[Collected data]
▬▬▬
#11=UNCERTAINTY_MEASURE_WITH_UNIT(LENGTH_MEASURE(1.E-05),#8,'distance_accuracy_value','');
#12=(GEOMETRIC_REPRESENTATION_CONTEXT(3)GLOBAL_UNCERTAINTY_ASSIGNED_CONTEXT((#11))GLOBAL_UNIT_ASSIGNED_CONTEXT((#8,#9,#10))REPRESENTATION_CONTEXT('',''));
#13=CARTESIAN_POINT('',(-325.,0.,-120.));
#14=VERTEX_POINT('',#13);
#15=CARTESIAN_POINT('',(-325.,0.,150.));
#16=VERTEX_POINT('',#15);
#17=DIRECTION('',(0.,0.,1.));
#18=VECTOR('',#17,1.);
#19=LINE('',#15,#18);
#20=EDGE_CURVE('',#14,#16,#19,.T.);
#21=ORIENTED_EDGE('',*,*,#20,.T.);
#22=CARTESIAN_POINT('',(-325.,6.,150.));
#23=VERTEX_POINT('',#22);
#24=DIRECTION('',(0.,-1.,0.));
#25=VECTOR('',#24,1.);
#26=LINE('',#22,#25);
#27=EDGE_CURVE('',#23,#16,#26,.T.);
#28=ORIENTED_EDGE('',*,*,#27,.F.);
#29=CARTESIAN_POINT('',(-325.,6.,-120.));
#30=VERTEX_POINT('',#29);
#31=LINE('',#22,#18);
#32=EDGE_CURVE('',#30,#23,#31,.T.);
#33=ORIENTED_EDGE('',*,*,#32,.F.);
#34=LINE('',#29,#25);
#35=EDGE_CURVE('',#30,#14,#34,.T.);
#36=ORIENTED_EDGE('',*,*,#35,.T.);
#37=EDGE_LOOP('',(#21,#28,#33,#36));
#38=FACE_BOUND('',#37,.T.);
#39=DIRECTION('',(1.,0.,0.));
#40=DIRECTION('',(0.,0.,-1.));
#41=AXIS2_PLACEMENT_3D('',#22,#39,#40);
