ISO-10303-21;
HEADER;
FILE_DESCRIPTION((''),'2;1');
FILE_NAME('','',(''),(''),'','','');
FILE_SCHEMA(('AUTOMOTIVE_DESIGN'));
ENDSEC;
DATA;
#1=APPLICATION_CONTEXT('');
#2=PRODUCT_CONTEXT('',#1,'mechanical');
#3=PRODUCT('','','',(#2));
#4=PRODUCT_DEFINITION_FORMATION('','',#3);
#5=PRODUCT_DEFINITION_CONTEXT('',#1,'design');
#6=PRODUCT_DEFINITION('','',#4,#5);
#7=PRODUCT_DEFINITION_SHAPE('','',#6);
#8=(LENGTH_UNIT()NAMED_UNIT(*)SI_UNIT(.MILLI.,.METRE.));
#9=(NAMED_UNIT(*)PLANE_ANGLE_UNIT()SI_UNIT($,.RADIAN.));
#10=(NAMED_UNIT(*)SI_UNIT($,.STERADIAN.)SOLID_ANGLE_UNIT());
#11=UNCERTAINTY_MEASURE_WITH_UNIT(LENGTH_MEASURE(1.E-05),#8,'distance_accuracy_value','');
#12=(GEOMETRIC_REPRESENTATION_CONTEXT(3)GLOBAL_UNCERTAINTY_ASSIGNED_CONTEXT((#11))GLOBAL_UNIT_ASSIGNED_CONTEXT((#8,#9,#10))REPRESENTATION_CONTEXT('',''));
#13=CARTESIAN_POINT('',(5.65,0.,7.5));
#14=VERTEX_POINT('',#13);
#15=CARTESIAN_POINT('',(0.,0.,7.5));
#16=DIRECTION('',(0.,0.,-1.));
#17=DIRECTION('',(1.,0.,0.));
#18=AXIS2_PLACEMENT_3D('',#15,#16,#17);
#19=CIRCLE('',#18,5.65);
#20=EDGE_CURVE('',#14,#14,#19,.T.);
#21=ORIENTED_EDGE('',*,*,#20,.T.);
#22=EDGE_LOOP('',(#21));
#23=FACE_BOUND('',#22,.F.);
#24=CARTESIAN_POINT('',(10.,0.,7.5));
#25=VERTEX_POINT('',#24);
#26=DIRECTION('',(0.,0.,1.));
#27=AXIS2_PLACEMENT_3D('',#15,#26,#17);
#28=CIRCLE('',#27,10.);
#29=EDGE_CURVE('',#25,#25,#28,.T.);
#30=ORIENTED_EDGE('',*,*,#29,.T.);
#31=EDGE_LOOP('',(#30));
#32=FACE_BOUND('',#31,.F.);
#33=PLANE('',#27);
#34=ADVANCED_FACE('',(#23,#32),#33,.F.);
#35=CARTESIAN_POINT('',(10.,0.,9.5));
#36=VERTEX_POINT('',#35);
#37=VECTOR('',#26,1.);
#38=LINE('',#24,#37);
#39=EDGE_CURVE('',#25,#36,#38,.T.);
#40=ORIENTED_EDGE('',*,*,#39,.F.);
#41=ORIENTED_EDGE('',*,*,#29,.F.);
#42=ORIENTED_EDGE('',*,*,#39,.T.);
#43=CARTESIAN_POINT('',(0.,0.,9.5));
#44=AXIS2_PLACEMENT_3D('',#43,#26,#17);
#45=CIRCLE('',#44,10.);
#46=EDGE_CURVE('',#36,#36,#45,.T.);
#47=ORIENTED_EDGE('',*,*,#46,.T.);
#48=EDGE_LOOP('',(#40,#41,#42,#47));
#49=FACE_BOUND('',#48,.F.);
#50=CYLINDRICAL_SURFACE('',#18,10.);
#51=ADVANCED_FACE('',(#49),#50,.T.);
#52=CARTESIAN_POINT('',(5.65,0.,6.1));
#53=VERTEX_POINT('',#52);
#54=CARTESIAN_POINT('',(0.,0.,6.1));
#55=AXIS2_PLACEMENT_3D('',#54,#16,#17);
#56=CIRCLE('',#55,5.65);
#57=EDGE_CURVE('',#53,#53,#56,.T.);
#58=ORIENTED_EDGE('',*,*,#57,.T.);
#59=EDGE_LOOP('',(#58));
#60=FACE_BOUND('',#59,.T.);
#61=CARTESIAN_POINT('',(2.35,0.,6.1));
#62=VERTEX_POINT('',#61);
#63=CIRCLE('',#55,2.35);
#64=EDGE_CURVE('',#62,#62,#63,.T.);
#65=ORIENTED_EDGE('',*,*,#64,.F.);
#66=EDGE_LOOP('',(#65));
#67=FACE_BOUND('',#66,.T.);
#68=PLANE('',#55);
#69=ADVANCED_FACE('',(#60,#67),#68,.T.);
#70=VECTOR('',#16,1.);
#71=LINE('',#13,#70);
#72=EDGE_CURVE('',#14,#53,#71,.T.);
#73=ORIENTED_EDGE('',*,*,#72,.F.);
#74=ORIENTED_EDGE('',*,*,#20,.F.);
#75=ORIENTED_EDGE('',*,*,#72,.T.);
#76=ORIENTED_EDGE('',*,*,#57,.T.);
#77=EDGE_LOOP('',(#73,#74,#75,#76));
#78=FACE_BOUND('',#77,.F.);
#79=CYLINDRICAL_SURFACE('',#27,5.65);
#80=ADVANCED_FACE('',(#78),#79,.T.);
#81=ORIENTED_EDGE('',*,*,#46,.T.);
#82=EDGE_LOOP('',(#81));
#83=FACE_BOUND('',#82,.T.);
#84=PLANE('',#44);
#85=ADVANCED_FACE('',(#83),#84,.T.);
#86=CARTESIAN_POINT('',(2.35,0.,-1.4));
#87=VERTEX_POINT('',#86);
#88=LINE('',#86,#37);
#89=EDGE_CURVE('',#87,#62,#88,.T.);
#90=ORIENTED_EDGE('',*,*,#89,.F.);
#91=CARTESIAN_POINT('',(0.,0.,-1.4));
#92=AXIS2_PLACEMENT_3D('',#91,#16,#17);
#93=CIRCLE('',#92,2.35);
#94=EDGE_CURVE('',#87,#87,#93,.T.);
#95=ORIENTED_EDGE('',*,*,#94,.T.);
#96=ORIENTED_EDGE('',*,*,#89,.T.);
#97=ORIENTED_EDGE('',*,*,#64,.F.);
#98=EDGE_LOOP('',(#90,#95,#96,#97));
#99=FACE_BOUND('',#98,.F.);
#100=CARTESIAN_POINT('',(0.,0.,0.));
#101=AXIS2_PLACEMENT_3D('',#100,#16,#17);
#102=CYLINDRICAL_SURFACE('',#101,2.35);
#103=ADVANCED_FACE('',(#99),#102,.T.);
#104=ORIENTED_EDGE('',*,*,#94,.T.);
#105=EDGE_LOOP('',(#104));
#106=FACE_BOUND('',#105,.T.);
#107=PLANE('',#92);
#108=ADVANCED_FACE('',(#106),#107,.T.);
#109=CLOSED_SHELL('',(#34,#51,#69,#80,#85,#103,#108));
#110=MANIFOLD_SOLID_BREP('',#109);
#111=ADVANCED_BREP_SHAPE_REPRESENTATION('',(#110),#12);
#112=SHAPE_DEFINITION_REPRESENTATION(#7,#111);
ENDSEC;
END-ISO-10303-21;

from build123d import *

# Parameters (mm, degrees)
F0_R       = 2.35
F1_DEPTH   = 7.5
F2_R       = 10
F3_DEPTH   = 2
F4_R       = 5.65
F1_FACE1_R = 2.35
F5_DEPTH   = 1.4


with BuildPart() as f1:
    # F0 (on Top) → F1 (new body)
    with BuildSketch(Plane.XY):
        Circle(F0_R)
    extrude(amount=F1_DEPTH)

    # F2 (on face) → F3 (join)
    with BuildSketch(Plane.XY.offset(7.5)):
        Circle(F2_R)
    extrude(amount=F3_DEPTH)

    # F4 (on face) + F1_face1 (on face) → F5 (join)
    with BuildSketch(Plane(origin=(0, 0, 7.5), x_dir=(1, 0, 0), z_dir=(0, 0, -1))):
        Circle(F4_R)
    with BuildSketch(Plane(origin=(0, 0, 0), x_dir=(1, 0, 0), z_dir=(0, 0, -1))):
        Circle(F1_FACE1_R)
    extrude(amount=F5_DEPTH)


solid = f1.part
▬▬▬
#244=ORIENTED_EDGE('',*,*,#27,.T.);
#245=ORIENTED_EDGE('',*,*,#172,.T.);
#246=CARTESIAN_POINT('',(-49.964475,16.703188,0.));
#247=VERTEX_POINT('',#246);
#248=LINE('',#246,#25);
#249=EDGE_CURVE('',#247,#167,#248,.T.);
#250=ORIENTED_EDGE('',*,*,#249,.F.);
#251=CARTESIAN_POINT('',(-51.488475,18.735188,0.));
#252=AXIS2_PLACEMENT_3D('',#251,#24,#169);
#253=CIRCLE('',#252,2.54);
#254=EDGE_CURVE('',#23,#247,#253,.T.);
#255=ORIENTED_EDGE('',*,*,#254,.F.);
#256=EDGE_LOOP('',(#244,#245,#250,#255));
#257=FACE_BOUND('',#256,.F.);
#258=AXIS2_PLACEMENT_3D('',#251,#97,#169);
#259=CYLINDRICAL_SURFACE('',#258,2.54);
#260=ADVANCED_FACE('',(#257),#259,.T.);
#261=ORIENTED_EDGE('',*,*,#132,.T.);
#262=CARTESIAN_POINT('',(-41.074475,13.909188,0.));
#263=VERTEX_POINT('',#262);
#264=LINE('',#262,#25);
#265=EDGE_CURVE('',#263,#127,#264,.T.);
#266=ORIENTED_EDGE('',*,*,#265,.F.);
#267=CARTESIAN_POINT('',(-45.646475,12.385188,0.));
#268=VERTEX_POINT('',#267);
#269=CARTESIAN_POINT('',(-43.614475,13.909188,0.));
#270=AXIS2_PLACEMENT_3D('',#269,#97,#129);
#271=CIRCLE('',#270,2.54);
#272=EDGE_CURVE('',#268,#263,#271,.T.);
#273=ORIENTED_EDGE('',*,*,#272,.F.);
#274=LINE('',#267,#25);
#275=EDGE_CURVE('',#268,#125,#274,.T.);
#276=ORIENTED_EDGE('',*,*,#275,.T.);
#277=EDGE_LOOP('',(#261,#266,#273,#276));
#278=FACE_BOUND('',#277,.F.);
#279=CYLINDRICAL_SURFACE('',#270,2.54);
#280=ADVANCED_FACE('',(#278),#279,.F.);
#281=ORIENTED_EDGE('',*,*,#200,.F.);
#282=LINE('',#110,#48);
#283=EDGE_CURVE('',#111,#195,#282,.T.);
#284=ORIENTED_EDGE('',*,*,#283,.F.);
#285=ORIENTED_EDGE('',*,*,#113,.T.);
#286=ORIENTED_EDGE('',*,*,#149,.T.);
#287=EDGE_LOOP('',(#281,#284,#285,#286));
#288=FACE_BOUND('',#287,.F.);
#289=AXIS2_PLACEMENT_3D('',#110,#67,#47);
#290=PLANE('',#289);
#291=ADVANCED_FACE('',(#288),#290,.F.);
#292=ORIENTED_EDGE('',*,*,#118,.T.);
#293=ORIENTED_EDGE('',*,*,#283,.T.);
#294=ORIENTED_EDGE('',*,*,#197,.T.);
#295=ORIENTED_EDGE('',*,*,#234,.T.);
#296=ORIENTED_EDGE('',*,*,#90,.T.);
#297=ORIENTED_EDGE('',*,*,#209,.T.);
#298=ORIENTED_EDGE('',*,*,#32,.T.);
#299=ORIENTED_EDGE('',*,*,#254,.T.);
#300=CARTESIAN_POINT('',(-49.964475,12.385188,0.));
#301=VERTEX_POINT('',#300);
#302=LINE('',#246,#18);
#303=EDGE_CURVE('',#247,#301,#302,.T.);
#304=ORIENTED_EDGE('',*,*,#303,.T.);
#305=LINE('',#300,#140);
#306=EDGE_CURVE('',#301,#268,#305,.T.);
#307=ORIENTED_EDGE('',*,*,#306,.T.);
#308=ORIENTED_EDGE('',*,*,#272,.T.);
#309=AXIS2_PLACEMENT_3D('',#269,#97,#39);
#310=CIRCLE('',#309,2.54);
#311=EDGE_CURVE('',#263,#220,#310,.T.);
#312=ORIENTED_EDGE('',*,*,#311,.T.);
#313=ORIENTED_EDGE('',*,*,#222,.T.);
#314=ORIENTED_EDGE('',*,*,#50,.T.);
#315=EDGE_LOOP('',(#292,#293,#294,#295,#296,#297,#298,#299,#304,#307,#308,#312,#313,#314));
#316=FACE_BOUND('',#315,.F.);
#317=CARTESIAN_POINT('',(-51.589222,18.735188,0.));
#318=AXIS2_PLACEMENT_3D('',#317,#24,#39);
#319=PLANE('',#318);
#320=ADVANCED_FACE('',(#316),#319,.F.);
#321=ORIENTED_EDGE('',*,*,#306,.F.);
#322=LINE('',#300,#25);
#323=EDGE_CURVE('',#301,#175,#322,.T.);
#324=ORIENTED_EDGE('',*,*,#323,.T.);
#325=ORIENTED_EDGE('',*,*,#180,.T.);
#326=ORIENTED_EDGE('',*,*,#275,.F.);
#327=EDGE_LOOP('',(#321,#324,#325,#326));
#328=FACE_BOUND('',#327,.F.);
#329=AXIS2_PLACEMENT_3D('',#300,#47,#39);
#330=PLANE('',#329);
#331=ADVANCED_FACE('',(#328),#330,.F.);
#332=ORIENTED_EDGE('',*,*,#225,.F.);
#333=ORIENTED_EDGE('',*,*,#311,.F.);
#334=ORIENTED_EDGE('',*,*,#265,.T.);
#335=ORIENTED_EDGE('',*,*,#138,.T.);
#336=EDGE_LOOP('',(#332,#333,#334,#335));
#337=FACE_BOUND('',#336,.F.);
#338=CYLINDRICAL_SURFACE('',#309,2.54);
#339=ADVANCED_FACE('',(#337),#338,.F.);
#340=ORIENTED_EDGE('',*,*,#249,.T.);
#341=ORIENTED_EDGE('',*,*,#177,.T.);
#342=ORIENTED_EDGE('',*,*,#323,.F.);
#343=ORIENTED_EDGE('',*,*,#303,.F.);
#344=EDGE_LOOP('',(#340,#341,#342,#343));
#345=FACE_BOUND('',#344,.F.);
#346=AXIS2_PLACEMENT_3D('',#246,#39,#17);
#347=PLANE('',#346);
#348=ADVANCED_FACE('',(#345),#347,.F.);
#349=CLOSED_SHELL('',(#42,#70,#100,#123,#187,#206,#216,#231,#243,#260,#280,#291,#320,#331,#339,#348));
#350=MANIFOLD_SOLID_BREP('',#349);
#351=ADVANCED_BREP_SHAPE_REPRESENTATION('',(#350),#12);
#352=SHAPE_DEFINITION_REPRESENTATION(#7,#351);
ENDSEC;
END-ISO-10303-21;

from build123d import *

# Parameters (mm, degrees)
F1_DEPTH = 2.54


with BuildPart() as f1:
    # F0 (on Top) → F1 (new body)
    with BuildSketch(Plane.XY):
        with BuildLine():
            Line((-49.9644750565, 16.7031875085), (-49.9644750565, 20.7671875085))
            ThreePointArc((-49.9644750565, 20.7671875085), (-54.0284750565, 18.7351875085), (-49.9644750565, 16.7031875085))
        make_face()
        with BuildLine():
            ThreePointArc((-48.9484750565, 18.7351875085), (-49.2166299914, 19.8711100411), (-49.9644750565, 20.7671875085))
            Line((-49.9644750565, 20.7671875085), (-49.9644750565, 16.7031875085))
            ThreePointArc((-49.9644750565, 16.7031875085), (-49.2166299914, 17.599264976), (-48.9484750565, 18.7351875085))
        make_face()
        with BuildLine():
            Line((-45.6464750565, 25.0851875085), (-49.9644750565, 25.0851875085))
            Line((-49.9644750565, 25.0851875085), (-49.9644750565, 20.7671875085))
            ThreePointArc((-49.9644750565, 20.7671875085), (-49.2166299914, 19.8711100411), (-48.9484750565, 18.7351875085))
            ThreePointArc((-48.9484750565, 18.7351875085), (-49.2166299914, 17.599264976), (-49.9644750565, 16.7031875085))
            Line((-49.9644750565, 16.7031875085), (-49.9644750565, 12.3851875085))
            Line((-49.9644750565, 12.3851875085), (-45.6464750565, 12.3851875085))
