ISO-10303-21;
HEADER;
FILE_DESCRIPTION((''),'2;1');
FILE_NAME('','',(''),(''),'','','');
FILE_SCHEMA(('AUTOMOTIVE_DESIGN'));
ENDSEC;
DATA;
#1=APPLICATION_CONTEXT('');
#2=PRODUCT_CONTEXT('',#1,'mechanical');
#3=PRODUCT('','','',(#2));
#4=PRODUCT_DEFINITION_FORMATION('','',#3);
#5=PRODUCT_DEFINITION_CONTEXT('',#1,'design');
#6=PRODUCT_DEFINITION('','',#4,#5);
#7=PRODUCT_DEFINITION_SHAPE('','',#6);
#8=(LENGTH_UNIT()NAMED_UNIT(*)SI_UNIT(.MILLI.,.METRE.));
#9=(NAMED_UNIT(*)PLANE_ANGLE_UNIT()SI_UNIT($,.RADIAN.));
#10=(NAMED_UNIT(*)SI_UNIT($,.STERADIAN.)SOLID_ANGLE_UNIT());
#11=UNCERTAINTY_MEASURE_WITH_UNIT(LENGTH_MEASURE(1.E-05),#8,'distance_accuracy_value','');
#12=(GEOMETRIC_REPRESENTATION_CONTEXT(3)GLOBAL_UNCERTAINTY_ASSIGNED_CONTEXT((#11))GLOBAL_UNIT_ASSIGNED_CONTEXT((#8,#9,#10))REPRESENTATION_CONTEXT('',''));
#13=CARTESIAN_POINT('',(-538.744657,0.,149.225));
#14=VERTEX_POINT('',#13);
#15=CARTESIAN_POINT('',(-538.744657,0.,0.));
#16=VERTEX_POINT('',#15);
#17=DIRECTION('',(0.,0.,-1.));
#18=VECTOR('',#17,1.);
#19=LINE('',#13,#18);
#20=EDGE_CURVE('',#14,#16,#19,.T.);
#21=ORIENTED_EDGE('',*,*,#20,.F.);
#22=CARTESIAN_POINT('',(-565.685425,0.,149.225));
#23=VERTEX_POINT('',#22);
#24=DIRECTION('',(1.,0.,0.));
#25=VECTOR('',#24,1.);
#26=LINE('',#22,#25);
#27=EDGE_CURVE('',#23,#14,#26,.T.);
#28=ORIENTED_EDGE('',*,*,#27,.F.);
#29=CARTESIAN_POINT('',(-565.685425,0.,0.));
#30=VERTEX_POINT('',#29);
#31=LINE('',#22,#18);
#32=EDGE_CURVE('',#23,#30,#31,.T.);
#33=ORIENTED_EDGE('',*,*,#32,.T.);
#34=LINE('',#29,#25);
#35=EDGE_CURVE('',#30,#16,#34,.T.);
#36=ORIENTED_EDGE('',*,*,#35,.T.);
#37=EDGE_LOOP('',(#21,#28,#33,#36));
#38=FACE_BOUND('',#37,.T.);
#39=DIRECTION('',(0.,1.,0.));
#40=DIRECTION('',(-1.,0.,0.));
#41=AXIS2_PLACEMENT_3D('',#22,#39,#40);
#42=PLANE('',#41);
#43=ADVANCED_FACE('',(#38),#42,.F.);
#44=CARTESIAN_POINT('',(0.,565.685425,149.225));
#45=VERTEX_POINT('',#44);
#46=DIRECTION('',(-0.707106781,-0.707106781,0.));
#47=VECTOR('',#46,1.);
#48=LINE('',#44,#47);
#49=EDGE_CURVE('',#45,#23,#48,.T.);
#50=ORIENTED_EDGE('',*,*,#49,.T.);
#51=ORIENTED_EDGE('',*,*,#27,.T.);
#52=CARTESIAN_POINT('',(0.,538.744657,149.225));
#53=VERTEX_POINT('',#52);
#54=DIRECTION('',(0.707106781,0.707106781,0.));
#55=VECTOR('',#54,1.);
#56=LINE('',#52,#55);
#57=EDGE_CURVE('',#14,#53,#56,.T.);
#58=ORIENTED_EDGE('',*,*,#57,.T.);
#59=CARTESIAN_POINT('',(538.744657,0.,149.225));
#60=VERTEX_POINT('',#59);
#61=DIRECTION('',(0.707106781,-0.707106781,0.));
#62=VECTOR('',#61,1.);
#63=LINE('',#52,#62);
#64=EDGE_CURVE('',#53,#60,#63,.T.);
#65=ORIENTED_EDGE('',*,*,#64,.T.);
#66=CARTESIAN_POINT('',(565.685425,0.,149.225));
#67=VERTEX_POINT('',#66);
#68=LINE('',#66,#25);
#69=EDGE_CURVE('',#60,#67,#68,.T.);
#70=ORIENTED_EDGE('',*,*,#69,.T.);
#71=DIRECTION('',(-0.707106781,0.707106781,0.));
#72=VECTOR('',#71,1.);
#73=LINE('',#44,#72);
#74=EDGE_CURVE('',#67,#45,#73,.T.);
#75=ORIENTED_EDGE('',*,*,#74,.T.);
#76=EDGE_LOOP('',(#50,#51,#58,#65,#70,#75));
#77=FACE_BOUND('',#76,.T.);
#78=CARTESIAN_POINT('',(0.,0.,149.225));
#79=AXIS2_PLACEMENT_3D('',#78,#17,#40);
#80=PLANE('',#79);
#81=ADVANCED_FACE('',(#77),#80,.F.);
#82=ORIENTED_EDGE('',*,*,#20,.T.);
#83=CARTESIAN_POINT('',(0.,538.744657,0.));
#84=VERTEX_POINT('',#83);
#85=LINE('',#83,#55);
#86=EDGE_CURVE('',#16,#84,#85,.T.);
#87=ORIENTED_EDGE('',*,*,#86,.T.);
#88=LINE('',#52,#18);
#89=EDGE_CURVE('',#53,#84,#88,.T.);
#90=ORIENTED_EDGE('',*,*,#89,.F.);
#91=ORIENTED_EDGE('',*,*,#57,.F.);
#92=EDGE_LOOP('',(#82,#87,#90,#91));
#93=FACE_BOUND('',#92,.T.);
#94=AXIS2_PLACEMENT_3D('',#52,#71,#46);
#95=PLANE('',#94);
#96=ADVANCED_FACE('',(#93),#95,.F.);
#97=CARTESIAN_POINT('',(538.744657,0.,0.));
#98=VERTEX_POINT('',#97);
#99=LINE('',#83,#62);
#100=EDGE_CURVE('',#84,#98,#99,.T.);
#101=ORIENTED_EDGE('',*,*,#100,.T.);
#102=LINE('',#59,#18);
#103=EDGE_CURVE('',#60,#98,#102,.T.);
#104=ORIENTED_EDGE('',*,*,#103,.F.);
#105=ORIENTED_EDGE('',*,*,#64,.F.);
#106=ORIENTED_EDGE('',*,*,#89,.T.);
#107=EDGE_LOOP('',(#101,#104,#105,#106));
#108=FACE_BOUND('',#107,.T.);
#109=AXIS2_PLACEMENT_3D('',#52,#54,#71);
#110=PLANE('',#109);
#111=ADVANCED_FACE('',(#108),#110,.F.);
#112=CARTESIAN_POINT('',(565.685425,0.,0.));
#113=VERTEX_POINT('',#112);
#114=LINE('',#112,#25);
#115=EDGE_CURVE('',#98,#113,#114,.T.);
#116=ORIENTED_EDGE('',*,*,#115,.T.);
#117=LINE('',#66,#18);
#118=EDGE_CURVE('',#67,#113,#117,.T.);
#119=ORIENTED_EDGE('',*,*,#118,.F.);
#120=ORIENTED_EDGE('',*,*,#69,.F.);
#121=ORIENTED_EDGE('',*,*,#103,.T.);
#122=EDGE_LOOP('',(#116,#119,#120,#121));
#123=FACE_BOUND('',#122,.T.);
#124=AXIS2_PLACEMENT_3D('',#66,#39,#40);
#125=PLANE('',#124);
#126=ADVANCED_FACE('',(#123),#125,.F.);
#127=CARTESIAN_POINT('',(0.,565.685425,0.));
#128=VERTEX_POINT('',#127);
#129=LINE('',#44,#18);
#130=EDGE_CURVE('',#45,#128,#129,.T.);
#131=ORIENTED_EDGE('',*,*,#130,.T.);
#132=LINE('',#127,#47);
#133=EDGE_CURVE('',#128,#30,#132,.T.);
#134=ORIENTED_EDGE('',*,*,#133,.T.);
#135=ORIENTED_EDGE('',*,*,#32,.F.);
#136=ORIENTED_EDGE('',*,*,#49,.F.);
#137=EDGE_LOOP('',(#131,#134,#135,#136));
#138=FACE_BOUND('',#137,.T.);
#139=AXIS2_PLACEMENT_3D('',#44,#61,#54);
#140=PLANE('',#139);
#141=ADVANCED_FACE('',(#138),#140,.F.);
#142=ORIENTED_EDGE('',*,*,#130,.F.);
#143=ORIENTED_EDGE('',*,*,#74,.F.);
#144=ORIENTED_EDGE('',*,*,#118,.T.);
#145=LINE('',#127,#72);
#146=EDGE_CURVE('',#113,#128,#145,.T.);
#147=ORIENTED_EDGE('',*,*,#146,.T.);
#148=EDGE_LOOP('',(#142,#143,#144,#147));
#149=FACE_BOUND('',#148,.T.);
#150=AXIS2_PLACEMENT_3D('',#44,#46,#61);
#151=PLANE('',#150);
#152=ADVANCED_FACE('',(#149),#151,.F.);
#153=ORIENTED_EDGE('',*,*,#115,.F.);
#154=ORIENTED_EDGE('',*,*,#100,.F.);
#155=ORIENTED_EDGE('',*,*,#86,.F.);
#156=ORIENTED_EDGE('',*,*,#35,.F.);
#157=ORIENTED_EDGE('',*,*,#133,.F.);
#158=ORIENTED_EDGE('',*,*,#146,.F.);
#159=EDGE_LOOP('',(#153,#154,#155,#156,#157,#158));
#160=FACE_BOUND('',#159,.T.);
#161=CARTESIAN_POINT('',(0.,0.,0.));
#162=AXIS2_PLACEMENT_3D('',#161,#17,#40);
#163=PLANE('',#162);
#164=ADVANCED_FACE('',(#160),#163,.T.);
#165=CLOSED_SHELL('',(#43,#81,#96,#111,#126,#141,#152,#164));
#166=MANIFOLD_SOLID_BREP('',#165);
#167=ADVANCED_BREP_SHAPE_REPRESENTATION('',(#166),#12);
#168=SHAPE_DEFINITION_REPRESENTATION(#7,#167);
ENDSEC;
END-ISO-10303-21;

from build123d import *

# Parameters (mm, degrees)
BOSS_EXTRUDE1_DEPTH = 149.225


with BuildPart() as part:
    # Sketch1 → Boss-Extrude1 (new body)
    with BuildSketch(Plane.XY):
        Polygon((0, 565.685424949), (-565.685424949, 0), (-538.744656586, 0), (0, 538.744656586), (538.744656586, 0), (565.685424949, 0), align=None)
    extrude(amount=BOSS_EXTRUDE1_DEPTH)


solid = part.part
▬▬▬
__What is needed__:
Look back at the data above. Transcribe exactly the lines starting at the line that contains "#265=EDGE_CURVE('',#263,#127,#264,.T.);" and ending at the line that contains "#270=AXIS2_PLACEMENT_3D('',#269,#97,#129);".

__Output__:
#265=EDGE_CURVE('',#263,#127,#264,.T.);
#266=ORIENTED_EDGE('',*,*,#265,.F.);
#267=CARTESIAN_POINT('',(-45.646475,12.385188,0.));
#268=VERTEX_POINT('',#267);
#269=CARTESIAN_POINT('',(-43.614475,13.909188,0.));
#270=AXIS2_PLACEMENT_3D('',#269,#97,#129);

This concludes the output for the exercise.